DATASET CONTENT —

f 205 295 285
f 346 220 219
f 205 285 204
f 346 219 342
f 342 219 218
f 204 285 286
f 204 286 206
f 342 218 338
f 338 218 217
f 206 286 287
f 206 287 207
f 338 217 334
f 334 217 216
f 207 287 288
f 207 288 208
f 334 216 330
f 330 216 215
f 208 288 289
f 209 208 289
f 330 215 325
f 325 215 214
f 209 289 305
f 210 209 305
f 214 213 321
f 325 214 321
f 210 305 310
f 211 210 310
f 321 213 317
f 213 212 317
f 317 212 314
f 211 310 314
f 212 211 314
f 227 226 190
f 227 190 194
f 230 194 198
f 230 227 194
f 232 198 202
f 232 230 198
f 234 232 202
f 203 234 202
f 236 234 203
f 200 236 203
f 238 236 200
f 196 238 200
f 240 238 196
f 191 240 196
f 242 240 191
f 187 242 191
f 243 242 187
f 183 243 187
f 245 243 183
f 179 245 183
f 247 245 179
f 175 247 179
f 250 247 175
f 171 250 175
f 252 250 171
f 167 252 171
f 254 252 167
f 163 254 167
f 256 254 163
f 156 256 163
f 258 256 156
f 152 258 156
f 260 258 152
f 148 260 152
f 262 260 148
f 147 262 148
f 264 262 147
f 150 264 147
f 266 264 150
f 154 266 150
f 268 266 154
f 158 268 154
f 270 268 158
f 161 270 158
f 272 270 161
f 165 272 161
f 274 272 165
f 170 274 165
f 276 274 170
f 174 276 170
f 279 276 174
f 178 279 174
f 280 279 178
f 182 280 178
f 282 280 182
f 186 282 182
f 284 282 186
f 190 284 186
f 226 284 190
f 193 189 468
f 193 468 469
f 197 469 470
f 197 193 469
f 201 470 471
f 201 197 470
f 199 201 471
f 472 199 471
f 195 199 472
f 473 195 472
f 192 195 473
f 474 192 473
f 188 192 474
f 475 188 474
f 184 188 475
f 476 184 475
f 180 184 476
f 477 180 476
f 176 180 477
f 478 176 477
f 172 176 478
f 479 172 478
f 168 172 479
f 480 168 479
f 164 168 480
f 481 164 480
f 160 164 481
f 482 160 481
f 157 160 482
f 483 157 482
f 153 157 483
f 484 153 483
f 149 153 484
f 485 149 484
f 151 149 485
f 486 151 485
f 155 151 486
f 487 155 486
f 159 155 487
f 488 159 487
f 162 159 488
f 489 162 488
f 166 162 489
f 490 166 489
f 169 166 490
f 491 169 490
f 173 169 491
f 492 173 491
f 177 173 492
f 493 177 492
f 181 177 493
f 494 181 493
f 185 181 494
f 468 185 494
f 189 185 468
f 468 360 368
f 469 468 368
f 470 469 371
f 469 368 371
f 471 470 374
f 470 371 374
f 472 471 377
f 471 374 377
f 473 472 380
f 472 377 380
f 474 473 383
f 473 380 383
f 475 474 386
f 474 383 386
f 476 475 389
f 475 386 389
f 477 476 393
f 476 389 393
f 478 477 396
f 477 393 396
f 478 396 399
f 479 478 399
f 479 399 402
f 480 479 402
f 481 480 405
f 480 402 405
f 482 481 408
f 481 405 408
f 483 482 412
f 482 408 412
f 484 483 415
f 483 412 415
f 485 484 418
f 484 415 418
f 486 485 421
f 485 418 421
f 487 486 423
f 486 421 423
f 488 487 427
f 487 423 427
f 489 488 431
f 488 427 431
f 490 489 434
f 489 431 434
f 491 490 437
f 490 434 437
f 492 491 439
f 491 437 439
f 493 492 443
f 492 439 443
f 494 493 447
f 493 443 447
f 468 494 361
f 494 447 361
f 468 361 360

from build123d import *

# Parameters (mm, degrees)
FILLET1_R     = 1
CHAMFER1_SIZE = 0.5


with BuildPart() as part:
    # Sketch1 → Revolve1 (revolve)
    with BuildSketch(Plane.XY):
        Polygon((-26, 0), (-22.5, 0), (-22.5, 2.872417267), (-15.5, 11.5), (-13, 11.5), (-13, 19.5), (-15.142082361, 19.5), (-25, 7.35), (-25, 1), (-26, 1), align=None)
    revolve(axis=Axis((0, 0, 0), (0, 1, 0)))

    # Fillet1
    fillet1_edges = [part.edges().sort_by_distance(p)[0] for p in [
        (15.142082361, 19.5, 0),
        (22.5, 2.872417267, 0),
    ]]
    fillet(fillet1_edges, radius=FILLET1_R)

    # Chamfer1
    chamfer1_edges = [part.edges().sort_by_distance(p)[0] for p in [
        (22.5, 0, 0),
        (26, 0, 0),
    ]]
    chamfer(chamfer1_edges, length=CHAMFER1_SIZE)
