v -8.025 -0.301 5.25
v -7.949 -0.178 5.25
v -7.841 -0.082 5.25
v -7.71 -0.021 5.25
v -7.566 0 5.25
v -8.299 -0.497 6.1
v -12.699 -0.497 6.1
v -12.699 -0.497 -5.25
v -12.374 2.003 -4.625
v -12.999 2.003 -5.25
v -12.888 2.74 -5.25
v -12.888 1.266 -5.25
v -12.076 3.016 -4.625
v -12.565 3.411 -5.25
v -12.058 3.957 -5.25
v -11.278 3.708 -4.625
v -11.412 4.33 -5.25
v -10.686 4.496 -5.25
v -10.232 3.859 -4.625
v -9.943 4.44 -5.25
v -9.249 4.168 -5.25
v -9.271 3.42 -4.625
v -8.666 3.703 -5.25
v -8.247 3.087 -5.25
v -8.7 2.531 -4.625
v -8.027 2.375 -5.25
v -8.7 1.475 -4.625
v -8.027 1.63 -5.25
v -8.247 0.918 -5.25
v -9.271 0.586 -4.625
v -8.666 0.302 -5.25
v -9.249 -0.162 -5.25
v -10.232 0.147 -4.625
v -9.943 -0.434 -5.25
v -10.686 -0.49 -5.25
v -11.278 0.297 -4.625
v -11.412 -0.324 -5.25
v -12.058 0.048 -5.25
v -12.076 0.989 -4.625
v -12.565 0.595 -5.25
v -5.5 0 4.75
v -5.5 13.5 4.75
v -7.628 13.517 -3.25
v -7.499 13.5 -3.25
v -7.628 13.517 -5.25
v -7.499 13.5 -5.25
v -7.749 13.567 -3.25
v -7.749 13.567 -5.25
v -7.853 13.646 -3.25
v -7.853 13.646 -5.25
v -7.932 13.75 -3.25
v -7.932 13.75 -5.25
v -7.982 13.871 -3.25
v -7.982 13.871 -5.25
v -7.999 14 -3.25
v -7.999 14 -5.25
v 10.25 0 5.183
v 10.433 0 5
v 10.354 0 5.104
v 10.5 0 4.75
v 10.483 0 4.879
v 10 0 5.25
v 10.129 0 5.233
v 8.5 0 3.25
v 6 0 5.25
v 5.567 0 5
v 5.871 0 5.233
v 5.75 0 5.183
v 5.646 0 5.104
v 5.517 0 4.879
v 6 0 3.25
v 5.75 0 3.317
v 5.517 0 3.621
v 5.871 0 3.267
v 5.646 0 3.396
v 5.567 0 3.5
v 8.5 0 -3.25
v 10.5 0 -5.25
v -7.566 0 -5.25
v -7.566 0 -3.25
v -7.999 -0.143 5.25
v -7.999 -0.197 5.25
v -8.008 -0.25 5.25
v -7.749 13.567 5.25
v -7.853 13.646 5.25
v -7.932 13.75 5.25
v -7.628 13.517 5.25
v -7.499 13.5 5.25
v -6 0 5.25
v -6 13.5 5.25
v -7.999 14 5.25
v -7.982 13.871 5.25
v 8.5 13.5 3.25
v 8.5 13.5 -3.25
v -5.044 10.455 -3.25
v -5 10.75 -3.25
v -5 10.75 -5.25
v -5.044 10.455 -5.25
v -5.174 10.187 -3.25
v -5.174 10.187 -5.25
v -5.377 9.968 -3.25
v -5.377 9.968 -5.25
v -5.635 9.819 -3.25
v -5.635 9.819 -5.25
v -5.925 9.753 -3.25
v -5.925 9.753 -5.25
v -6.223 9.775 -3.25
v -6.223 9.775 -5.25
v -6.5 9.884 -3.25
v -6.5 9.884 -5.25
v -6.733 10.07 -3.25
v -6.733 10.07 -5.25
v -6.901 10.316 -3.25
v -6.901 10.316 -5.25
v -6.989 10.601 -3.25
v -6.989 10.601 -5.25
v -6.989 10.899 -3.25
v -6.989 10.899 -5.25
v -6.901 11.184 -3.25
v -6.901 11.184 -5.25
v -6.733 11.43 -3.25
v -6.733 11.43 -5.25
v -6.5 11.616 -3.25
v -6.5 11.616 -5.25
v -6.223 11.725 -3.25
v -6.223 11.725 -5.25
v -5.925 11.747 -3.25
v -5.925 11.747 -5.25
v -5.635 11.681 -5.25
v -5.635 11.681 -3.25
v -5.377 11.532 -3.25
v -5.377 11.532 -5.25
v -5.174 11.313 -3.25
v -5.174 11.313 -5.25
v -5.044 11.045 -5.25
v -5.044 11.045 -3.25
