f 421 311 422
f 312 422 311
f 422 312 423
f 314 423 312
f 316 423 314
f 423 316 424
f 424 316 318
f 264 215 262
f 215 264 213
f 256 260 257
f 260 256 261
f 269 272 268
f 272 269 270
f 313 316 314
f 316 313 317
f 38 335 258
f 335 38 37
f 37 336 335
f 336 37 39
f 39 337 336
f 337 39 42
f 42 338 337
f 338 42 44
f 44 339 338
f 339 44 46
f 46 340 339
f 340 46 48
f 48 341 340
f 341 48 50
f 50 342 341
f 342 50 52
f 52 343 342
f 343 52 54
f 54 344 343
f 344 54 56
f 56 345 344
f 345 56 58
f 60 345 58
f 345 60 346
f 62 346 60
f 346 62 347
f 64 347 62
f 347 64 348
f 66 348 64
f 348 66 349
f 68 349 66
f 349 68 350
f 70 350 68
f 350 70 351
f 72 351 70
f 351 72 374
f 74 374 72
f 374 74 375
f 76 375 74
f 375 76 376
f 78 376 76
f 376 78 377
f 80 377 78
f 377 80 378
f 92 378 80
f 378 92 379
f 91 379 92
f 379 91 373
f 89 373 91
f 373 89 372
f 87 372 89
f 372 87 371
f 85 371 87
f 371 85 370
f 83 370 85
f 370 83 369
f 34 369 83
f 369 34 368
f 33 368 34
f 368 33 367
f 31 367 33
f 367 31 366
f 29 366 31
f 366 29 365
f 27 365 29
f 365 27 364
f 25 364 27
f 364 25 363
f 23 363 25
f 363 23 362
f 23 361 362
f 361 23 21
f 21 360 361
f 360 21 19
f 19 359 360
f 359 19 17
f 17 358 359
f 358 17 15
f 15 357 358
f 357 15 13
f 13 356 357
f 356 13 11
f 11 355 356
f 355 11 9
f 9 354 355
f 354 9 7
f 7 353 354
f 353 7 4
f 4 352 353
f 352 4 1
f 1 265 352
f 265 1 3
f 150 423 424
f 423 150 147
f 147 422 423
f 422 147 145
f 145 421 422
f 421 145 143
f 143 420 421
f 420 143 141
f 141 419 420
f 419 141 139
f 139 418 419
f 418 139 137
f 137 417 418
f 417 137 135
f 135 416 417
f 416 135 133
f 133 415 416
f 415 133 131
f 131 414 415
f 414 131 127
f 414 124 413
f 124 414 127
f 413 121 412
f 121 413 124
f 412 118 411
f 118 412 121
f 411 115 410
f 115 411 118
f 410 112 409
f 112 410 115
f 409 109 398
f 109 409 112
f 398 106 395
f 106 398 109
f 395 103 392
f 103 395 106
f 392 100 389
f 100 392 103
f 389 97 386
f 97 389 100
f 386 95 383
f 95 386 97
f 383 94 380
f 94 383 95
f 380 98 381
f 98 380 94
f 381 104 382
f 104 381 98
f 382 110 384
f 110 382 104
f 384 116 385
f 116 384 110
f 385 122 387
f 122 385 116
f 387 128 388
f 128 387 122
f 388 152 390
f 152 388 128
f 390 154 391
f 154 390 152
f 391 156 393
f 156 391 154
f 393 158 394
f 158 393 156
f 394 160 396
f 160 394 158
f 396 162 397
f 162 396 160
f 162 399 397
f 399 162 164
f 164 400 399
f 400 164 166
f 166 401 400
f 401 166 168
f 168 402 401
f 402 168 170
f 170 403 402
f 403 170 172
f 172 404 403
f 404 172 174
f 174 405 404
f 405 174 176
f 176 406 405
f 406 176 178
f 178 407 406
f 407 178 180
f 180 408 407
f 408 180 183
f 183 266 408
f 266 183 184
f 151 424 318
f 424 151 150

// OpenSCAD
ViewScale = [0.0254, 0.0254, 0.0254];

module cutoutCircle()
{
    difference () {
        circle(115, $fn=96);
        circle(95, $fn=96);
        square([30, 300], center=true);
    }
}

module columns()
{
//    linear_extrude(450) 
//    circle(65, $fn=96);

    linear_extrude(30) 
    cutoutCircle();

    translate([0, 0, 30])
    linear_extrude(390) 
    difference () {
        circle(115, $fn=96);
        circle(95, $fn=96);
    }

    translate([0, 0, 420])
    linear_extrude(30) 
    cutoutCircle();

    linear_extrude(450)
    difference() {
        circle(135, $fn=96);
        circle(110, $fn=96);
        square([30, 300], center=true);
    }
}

ACTIVITY — Once the line containing "f 208 288 289" has been written out, please stop; every line before it, back to the first line of the records above, should be given exactly.

RESULT OF THE EXERCISE —
f 205 295 285
f 346 220 219
f 205 285 204
f 346 219 342
f 342 219 218
f 204 285 286
f 204 286 206
f 342 218 338
f 338 218 217
f 206 286 287
f 206 287 207
f 338 217 334
f 334 217 216
f 207 287 288
f 207 288 208
f 334 216 330
f 330 216 215
f 208 288 289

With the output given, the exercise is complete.